Bob’s Art Blog: Where It’s At

“The name of the place is I like it like that…come on, let me show you where it’s at…”

For this 3rd installment of an intimate art preview, the name of the place is Millworks. And like the authors of this hit song from the ‘60s, the Dave Clark Five, Millworks is now featuring a different quintet comprised of diversely talented artists, as varied as their menus offerings. View this new show through June 13 on the main lobby wall. Come out this Saturday, June 5, for “First Saturday,” where many of the artists will be working in their studios.

Starting within the group is a quartet of women artists. Kristen Fava is a well-known name about town, having worked with TheBurg for six years. Known for her letterpress printing designs, she melds old world skills through the use of historical equipment in a precise manner that brings modern-day results to a finished format. In addition, she designs publication illustrations for clients as varied as the Kennedy Center and the Washingtonian magazine. Kristen is the founder and owner of Rexmake, a local printmaking business started in 2016. Her products can be appreciated on stationery that can be seen and purchased at Millworks studio 210. Ms. Fava is a talented graphic designer with years of multimedia experience. Her art is featured immediately upon entering the foyer. “Drawing” from a palette of neutral shades of tan and gray, Fava creates magic with works on paper that are soothing to the eye, maintaining focus within her crystal-clear vision. (Pictured: mixed media by Kristen Fava)

Elaine Elledge of Studio 212 minds her p’s and q’s like “the student of beauty” she is, advancing printmaking with pen-and-ink to paper as her prescribed medium. It often lifts her to the clouds in a dreamlike state. Her “p’s” include precision, poetry and parachutes. As for the “q’s,” Elaine quietly quantifies quality quintessentially. She is influenced by the German tradition of scherenschnitte to street art—religious symbolism to fantasy stories that inform her works of the human condition. Universal struggles shared by her own emotions and loss provide positive outcomes through her prints, lifting her spirit and those around her. Her art, buoyant and boundless, is like flying in a hot air balloon. Her art lifts me to lands uncharted. And like her art illustrates, she parachutes to a safe landing every time. (Pictured: mixed media by Elaine Elledge).

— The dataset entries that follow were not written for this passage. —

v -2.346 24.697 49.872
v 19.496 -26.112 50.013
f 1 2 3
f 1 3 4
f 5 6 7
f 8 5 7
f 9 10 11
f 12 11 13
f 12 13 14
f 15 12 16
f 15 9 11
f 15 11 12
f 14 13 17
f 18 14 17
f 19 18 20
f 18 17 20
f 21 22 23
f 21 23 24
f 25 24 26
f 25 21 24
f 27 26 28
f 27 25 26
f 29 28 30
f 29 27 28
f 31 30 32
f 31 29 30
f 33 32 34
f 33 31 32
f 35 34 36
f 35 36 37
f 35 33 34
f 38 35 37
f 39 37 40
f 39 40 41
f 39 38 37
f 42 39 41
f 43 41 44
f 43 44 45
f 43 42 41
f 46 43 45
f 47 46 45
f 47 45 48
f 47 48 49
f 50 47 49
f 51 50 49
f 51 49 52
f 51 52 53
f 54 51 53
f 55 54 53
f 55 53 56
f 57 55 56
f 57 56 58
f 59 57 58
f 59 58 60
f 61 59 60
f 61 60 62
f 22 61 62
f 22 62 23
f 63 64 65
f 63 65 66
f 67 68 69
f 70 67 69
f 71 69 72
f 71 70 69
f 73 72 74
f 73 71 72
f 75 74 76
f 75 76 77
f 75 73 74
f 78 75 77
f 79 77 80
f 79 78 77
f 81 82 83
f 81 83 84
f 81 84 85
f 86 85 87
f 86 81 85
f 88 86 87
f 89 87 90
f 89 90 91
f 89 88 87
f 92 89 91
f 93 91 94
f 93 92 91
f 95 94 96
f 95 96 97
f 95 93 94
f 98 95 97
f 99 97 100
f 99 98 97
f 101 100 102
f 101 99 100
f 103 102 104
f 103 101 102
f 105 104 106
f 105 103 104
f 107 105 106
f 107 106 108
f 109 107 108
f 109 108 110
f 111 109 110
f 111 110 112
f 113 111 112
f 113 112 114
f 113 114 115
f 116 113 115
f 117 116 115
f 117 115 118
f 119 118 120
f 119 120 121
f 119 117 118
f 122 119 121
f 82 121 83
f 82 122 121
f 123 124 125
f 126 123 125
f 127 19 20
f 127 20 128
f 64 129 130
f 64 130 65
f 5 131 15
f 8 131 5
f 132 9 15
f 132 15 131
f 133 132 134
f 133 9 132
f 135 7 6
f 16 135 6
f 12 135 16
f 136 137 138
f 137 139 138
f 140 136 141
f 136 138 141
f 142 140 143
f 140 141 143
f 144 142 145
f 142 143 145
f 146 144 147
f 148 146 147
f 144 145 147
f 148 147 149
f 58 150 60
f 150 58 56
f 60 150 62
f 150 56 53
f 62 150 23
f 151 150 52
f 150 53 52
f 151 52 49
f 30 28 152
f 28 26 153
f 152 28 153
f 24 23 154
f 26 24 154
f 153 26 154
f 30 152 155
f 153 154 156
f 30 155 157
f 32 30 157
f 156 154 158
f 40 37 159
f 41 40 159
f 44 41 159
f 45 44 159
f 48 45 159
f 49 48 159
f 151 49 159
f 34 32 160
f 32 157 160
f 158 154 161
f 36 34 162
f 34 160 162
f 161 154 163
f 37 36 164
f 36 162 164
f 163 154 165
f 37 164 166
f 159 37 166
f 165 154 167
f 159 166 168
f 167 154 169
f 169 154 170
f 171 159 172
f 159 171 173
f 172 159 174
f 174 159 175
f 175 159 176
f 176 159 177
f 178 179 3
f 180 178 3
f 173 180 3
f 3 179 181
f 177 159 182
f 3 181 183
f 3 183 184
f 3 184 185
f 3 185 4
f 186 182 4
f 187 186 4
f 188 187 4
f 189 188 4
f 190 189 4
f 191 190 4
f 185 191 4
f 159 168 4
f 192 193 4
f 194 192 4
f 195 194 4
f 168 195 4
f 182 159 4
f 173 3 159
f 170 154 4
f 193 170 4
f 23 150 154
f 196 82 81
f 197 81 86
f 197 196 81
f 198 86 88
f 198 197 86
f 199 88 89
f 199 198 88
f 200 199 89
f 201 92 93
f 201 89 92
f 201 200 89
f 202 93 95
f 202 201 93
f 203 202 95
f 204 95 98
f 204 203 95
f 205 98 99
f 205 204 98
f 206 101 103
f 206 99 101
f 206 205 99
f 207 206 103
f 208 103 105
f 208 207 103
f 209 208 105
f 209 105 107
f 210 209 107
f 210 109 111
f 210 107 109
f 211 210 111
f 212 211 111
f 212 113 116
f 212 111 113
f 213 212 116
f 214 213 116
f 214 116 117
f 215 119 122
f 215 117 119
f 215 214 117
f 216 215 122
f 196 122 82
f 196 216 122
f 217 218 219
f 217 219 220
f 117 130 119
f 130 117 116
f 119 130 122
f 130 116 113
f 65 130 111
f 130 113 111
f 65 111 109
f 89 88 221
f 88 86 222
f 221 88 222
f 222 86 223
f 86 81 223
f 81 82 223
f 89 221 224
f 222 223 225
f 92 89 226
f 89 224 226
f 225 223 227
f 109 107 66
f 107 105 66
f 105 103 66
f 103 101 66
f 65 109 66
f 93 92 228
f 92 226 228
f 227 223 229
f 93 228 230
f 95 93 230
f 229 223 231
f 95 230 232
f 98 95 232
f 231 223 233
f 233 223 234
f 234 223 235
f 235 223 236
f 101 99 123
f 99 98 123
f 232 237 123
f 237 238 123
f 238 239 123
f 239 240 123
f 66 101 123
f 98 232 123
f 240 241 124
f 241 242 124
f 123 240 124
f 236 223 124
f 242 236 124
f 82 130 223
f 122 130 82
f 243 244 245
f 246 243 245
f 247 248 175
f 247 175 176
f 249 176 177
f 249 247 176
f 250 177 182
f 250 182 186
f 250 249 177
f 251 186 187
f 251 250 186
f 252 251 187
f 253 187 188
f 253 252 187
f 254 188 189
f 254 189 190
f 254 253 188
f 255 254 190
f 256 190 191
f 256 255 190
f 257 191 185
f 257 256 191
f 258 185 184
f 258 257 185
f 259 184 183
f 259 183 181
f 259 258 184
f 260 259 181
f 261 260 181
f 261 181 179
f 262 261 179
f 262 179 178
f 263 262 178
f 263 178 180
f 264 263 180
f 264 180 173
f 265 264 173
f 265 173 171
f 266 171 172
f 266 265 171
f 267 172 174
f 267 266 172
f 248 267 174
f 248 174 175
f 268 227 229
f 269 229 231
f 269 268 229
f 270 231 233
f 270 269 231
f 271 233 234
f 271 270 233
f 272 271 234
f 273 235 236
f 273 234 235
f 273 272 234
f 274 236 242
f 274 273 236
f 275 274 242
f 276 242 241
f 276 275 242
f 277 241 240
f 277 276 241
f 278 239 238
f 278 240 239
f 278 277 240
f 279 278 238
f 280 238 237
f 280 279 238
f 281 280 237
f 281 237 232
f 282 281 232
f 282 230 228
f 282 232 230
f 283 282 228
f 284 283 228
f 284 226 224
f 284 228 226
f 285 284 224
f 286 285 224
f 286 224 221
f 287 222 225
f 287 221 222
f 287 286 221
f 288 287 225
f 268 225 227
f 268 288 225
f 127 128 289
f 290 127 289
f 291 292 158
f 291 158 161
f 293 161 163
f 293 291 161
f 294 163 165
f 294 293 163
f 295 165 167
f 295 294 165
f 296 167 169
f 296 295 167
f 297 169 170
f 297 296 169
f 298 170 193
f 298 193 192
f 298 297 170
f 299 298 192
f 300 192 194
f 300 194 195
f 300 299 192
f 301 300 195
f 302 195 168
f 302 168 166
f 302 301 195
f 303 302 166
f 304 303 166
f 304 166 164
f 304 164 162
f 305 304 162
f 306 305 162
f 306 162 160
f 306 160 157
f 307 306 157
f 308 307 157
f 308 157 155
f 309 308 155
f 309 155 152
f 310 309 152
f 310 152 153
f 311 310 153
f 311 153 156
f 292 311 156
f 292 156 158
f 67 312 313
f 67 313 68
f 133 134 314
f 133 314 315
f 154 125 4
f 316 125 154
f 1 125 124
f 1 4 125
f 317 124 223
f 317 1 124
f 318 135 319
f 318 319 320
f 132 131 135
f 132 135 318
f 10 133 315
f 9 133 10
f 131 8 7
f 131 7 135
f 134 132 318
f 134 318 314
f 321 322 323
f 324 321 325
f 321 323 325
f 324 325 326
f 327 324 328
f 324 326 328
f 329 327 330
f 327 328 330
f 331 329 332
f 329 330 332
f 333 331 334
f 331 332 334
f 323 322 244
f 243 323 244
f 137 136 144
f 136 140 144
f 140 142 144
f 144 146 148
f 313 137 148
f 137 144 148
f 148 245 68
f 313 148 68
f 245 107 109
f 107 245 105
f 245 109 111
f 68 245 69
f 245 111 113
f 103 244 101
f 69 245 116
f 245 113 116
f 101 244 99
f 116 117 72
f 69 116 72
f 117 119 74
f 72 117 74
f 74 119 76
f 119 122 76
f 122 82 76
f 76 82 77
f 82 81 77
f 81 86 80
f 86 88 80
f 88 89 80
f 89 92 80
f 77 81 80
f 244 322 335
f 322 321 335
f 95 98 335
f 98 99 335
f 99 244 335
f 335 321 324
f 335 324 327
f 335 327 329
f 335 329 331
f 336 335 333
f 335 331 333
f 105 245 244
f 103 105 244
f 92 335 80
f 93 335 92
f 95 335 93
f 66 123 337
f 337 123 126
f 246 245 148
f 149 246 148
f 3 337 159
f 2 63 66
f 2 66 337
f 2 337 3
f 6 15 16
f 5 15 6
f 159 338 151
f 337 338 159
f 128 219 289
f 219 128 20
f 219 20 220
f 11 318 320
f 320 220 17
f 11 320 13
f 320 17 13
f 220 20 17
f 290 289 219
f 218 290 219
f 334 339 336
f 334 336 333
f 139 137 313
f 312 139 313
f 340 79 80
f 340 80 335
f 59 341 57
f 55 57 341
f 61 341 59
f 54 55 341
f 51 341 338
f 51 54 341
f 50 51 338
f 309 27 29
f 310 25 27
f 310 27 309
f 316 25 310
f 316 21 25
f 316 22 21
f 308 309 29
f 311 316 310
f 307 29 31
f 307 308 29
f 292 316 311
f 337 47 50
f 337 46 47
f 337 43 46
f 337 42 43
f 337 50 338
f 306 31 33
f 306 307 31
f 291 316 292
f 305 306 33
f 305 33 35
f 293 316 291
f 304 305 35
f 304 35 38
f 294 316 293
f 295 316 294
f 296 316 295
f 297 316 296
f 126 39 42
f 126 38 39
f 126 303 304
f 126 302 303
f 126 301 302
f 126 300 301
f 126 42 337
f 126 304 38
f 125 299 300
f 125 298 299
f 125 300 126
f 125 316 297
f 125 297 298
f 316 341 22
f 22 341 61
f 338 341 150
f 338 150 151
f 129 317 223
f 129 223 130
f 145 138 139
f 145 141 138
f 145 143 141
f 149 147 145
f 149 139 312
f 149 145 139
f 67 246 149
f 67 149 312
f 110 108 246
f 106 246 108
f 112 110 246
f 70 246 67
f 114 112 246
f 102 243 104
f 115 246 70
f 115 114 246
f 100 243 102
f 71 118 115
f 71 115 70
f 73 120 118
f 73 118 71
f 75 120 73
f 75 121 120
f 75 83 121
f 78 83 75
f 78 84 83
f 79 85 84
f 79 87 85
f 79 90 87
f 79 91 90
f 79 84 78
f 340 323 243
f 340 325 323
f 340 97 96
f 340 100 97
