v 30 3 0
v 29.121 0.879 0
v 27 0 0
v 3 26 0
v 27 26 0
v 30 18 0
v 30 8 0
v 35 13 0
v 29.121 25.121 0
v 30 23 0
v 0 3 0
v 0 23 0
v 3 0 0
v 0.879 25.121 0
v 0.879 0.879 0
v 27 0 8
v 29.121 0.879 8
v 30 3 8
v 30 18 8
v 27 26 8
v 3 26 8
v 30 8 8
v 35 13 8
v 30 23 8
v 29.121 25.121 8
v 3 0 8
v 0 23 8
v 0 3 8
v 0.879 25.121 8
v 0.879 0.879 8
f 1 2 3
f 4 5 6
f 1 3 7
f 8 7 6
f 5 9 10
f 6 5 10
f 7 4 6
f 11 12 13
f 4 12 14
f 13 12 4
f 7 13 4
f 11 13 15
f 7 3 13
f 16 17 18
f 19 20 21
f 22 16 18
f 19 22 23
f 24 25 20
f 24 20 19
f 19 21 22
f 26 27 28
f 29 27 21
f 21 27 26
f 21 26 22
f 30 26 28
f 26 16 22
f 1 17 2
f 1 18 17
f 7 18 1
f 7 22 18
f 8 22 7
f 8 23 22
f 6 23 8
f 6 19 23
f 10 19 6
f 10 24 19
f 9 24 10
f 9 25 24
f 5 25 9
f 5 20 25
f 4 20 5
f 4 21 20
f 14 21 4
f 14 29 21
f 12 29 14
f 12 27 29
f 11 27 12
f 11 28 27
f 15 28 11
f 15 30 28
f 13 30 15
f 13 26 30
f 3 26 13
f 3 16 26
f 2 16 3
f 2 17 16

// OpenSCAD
$fn = 32;

// ----------------------------------------------------------------------
// Ratchet pawl: 30 x 26 mm body, beak 5 mm с правого торца
// ----------------------------------------------------------------------

// --- parameters (mm) ---
profile_height = 8;       // extrusion height
profile_points = 15;      // points of the closed outline

profile = [[0, 3], [0.879, 0.879], [3, 0], [27, 0], [29.121, 0.879], [30, 3], [30, 8], [35, 13], [30, 18], [30, 23], [29.121, 25.121], [27, 26], [3, 26], [0.879, 25.121], [0, 23]];  // single closed polygon, 15 points, counter clockwise

// --- the one profile operation ---
linear_extrude(height = profile_height) polygon(points = profile);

There is art and there is fine art. That is meant not to diminish the art of any modality or person working within the discipline. The only difference is fine art speaks to a practitioner of consummate skill and accomplishment. Yachiyo Beck falls into that category of artists. Her art ascribes to aesthetics and beauty as influenced by Asian art, with an emphasis on the natural. Beck’s paintings unfold as a most delicate flower opens up to the transformational changes in nature. Fine art is distinguished as unique to applied art or decorative art. Yachiyo’s works are representative of the intrinsic beauty she creates with her brush. In the vein of past masters like Georgia O’Keefe, Beck’s studies evoke exquisite refinement. She is an award-winning painter who works primarily in watercolors and oil. Working from Studio 320, she portrays still lifes, florals, landscapes and portraits with equal aplomb locally and on an international stage. (Pictured: watercolor by Yachiyo Beck)

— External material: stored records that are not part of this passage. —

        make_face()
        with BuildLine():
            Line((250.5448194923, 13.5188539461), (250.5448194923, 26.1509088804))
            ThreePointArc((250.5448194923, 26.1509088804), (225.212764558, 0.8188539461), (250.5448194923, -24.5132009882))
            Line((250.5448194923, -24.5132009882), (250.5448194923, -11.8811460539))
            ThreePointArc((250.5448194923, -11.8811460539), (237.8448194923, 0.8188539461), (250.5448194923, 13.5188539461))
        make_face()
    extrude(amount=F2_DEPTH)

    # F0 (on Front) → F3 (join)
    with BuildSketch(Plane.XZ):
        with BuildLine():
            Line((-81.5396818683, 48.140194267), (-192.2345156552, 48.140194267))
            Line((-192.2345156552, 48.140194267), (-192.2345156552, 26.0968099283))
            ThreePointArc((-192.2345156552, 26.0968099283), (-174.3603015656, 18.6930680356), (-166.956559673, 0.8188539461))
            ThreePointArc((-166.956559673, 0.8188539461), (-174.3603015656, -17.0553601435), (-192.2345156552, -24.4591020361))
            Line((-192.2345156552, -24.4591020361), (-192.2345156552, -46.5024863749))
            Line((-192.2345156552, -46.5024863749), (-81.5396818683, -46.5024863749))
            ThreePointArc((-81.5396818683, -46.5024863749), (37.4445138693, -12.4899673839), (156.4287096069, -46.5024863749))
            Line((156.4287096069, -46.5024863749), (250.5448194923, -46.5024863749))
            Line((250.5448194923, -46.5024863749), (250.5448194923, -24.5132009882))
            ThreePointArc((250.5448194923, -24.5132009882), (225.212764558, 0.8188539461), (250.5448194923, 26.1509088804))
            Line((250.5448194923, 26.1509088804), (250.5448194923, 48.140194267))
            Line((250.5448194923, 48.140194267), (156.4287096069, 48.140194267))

Another award-winning artist, Linda Benton McCloskey, elevates the art of painting to immeasurable heights as she has mastered the craft in so many forms. Her love of creating through varied approaches encapsulates cold wax, encaustic, contemporary and abstract art and oil paintings. The artist states, “I paint because not to paint is unthinkable. Painting completes me and truly is my life’s passion.” A member of the International Society of Experimental Artists, she is recognized worldwide. Linda provides knowledge well beyond her fine art paintings in that she continues the thread through instructional workshops. In depth detail and execution are all part of her visual repertoire. She gives way to the process of creation, allowing for shape and movement to flow freely. Her work can be admired in Millworks studio 103 and in galleries nationwide. (Pictured: “Hopscotch” by Linda Benton McCloskey).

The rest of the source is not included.